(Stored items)
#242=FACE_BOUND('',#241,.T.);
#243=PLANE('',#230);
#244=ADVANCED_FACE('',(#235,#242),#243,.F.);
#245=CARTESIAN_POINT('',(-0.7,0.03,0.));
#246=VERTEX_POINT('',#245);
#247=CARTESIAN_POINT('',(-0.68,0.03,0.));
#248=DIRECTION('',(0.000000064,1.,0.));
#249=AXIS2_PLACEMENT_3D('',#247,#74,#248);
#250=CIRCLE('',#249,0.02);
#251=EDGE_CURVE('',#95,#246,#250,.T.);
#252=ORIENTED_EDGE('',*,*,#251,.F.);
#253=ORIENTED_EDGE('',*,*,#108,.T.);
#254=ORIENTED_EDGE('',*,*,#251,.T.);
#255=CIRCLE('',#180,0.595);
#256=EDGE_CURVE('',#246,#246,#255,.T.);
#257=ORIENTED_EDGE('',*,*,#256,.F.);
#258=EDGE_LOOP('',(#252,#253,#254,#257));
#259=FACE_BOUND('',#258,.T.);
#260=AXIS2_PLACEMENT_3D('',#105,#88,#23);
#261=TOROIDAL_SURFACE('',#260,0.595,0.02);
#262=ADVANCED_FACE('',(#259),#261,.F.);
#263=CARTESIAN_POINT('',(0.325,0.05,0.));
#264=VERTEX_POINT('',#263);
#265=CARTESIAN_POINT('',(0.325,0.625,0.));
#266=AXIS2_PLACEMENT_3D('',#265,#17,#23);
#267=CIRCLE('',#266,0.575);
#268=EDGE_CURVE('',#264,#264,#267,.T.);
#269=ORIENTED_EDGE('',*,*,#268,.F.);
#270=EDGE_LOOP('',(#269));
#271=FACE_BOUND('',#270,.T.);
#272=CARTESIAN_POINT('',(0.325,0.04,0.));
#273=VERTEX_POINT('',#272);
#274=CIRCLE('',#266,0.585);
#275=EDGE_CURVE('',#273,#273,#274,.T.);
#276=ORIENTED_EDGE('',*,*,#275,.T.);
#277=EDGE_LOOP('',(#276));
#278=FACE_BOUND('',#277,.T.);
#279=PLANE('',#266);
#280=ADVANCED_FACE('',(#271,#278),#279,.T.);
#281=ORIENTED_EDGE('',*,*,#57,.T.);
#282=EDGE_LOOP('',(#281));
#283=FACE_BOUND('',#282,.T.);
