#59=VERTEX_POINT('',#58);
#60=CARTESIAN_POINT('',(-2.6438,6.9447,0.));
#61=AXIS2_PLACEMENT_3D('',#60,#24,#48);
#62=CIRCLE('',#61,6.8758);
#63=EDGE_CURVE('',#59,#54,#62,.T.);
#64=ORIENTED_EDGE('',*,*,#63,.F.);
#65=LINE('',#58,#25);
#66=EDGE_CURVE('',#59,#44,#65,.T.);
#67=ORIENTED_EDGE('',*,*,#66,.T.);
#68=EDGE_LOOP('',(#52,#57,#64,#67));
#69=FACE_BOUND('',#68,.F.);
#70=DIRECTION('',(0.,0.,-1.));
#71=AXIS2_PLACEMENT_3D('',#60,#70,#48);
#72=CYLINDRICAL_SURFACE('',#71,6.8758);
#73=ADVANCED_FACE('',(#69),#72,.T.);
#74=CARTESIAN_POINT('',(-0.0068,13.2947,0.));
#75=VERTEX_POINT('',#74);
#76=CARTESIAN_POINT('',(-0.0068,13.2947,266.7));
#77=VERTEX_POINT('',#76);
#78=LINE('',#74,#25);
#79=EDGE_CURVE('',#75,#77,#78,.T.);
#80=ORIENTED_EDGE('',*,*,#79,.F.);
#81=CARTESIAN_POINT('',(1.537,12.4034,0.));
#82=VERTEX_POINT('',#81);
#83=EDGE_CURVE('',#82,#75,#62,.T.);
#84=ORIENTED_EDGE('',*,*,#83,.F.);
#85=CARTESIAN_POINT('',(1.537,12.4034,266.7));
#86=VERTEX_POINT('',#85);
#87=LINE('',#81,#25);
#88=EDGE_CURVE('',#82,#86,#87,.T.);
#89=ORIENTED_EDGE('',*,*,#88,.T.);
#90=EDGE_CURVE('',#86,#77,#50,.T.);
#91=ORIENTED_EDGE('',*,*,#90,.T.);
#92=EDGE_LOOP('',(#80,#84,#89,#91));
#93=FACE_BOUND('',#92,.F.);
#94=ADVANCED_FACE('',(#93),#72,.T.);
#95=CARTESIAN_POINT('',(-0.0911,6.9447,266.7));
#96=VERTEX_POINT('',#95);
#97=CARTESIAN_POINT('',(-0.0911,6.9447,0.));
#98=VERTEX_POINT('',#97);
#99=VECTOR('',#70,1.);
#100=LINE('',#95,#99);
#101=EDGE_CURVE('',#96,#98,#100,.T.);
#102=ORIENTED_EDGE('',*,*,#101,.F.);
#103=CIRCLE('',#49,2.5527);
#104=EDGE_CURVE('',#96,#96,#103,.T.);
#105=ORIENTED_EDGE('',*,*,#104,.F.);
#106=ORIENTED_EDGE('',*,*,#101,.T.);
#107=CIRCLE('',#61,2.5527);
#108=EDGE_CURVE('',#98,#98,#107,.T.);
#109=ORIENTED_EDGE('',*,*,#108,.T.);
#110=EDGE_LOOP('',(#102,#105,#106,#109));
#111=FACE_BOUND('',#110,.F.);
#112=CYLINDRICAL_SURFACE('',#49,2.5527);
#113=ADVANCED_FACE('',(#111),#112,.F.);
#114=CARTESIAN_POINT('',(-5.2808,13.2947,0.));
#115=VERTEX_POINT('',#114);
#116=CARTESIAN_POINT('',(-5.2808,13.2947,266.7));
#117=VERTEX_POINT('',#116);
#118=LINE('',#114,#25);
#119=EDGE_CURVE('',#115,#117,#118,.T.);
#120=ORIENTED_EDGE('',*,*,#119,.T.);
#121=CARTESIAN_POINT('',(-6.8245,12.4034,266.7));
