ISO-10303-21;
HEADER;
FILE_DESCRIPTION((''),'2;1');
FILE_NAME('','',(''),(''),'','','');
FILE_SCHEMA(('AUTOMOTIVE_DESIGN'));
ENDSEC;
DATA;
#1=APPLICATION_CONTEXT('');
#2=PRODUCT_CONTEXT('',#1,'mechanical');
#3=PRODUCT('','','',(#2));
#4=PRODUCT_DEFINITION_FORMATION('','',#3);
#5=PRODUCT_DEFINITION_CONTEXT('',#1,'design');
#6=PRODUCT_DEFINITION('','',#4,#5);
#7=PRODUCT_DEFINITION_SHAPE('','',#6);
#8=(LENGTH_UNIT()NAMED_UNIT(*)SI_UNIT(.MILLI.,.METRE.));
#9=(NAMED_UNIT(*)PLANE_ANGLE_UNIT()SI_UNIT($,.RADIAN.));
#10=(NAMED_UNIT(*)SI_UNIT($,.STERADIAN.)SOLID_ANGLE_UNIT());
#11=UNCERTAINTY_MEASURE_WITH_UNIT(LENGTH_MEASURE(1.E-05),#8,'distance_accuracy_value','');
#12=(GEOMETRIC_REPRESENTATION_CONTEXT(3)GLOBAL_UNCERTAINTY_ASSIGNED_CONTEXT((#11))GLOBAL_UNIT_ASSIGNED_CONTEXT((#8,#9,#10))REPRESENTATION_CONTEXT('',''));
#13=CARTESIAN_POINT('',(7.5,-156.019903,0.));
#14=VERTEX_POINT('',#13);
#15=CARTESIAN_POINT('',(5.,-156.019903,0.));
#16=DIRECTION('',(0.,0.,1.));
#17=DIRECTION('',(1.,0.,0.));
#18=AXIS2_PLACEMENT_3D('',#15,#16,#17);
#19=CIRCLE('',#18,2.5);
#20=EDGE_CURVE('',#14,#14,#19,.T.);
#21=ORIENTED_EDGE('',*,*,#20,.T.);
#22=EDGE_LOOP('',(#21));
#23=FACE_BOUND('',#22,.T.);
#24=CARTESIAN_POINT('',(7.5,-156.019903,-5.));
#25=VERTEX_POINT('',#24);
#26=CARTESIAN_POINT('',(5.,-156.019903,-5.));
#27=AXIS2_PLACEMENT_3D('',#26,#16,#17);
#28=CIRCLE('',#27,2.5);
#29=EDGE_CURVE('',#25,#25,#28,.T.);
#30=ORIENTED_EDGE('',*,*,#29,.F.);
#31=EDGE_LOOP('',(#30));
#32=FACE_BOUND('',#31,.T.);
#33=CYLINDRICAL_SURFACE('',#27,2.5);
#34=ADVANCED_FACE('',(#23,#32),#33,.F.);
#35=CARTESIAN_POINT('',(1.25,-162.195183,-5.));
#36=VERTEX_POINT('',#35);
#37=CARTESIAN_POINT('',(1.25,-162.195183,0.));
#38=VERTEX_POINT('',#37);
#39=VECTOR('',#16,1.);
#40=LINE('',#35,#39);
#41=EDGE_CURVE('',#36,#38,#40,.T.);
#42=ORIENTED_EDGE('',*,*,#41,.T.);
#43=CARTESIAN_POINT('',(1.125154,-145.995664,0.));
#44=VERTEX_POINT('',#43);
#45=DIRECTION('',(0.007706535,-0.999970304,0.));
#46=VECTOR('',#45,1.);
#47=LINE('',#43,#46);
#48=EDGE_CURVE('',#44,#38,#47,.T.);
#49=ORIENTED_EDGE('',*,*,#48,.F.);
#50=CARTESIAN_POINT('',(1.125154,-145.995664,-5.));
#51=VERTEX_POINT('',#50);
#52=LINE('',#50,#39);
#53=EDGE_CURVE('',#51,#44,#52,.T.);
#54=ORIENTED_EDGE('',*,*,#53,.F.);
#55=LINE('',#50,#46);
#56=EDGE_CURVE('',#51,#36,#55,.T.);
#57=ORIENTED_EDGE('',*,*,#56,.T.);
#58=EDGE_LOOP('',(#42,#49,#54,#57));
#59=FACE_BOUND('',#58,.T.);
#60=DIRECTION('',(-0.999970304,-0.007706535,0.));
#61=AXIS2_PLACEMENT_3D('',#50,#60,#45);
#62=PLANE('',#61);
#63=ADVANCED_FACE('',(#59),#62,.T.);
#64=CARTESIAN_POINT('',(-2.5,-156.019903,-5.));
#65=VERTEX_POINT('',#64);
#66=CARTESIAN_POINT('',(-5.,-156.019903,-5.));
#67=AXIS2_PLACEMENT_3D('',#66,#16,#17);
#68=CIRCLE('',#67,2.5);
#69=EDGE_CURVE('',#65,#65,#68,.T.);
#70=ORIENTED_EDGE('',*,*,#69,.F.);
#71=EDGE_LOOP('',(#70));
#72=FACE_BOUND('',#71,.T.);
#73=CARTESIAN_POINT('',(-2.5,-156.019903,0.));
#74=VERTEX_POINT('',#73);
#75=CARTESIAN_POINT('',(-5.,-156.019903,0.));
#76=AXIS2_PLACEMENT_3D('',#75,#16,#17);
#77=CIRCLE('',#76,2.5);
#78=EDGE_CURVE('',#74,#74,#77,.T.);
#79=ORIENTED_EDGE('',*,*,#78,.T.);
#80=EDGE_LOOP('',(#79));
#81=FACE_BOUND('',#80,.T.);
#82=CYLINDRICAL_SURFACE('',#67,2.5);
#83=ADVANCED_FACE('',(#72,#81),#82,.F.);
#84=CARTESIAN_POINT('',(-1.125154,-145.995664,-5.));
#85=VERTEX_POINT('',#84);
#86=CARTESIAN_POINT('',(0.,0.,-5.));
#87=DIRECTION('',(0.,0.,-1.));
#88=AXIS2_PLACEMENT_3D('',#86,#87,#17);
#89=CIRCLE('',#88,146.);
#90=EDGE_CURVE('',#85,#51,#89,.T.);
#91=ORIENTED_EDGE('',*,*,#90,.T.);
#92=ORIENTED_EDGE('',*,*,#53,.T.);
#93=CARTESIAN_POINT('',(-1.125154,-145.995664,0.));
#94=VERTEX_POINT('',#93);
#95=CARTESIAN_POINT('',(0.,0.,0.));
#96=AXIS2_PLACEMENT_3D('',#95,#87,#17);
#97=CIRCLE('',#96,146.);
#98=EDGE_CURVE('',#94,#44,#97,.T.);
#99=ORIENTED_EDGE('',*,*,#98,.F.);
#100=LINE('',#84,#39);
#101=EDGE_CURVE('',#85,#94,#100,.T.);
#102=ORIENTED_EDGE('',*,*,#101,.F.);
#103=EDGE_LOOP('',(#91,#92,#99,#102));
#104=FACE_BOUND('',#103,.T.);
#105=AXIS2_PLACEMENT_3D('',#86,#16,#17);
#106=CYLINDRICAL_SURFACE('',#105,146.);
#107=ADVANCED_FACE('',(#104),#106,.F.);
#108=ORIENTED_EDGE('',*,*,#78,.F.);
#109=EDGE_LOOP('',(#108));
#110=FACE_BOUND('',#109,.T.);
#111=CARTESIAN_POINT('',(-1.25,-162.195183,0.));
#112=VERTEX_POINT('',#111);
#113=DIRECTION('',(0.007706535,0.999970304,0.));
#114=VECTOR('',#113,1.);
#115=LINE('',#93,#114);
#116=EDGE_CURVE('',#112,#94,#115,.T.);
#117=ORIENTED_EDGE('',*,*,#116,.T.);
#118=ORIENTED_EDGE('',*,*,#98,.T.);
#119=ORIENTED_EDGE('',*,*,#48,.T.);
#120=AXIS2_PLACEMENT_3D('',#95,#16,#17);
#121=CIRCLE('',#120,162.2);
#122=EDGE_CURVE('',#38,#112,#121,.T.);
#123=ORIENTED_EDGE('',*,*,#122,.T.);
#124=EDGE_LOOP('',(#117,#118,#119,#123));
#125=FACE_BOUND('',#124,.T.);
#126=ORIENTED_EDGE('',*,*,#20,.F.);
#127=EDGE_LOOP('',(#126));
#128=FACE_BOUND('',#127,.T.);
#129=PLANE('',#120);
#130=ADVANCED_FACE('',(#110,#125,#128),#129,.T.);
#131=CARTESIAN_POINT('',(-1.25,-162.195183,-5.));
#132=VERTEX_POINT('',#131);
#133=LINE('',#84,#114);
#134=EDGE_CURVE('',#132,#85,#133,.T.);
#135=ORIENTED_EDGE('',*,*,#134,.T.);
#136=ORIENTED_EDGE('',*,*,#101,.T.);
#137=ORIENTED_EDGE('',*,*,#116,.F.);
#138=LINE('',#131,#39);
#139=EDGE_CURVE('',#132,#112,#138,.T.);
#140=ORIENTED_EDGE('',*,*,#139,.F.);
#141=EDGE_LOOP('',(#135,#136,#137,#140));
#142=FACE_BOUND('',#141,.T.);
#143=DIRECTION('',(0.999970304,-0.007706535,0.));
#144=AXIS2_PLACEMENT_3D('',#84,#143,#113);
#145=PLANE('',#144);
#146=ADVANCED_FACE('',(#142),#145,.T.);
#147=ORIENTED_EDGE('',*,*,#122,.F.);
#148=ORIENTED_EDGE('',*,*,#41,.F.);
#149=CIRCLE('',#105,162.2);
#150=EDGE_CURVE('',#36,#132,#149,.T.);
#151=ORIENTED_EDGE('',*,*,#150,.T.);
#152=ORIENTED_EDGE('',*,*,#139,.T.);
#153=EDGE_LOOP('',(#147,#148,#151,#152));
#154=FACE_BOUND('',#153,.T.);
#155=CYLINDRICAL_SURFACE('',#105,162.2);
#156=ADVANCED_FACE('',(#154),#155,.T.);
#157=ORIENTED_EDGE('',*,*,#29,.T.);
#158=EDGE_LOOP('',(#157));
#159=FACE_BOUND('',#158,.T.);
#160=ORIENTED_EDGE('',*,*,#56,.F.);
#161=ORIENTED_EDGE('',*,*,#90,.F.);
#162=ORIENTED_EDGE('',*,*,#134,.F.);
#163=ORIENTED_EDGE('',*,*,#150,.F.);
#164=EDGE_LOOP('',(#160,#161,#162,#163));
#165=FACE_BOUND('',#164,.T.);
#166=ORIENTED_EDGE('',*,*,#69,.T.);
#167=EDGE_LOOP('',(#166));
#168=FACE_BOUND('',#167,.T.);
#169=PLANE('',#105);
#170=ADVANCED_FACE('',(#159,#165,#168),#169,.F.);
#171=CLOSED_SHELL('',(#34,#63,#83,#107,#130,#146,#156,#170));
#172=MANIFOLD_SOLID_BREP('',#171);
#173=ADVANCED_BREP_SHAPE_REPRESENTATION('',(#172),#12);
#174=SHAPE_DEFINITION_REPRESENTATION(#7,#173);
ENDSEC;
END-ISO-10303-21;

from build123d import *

# Parameters (mm, degrees)
BODYSKE_R   = 2.5
BODY_DEPTH  = 5
UNLUG_DEPTH = 5


with BuildPart() as part:
    # BodySke → Body (new body)
    with BuildSketch(Plane.XY):
        with BuildLine():
            Line((1.125154131, -145.995664416), (1.25, -162.195183344))
            ThreePointArc((1.25, -162.195183344), (5.676371918, -162.100644051), (10.098514589, -161.885329796))
            ThreePointArc((10.098514589, -161.885329796), (10.563651318, -161.684989651), (10.7954035, -161.23467945))
            Line((10.7954035, -161.23467945), (10.957598268, -160.002687876))
            ThreePointArc((10.957598268, -160.002687876), (13.335118636, -155.229150535), (18.145600866, -152.92729855))
            ThreePointArc((18.145600866, -152.92729855), (0, 162), (-18.145600866, -152.92729855))
            ThreePointArc((-18.145600866, -152.92729855), (-13.335118636, -155.229150535), (-10.957598268, -160.002687876))
            Line((-10.957598268, -160.002687876), (-10.7954035, -161.23467945))
            ThreePointArc((-10.7954035, -161.23467945), (-10.563651318, -161.684989651), (-10.098514589, -161.885329796))
            ThreePointArc((-10.098514589, -161.885329796), (-5.676371918, -162.100644051), (-1.25, -162.195183344))
            Line((-1.25, -162.195183344), (-1.125154131, -145.995664416))
            ThreePointArc((-1.125154131, -145.995664416), (0, 146), (1.125154131, -145.995664416))
        make_face()
        with Locations((5, -156.019902577)):
            Circle(BODYSKE_R, mode=Mode.SUBTRACT)
        with Locations((-5, -156.019902577)):
            Circle(BODYSKE_R, mode=Mode.SUBTRACT)
    extrude(amount=-BODY_DEPTH)

    # UnlSke → Unlug (add, through all)
    with BuildSketch(Plane.XY):
        with BuildLine():
            Line((-7.791082109, -162.01277431), (-7.012934574, -145.831473793))
            ThreePointArc((-7.012934574, -145.831473793), (0, 146), (7.012934574, -145.831473793))
            Line((7.012934574, -145.831473793), (7.791082109, -162.01277431))
            ThreePointArc((7.791082109, -162.01277431), (0, 162.2), (-7.791082109, -162.01277431))
        make_face()
    extrude(amount=-UNLUG_DEPTH)


solid = part.part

TASK BRIEF: Copy nothing beyond the line containing "#269=ORIENTED_EDGE('',*,*,#268,.F.);". Transcribe exactly from the first line of the entries down to that line, inclusive.

TASK ANSWER:
#242=FACE_BOUND('',#241,.T.);
#243=PLANE('',#230);
#244=ADVANCED_FACE('',(#235,#242),#243,.F.);
#245=CARTESIAN_POINT('',(-0.7,0.03,0.));
#246=VERTEX_POINT('',#245);
#247=CARTESIAN_POINT('',(-0.68,0.03,0.));
#248=DIRECTION('',(0.000000064,1.,0.));
#249=AXIS2_PLACEMENT_3D('',#247,#74,#248);
#250=CIRCLE('',#249,0.02);
#251=EDGE_CURVE('',#95,#246,#250,.T.);
#252=ORIENTED_EDGE('',*,*,#251,.F.);
#253=ORIENTED_EDGE('',*,*,#108,.T.);
#254=ORIENTED_EDGE('',*,*,#251,.T.);
#255=CIRCLE('',#180,0.595);
#256=EDGE_CURVE('',#246,#246,#255,.T.);
#257=ORIENTED_EDGE('',*,*,#256,.F.);
#258=EDGE_LOOP('',(#252,#253,#254,#257));
#259=FACE_BOUND('',#258,.T.);
#260=AXIS2_PLACEMENT_3D('',#105,#88,#23);
#261=TOROIDAL_SURFACE('',#260,0.595,0.02);
#262=ADVANCED_FACE('',(#259),#261,.F.);
#263=CARTESIAN_POINT('',(0.325,0.05,0.));
#264=VERTEX_POINT('',#263);
#265=CARTESIAN_POINT('',(0.325,0.625,0.));
#266=AXIS2_PLACEMENT_3D('',#265,#17,#23);
#267=CIRCLE('',#266,0.575);
#268=EDGE_CURVE('',#264,#264,#267,.T.);
#269=ORIENTED_EDGE('',*,*,#268,.F.);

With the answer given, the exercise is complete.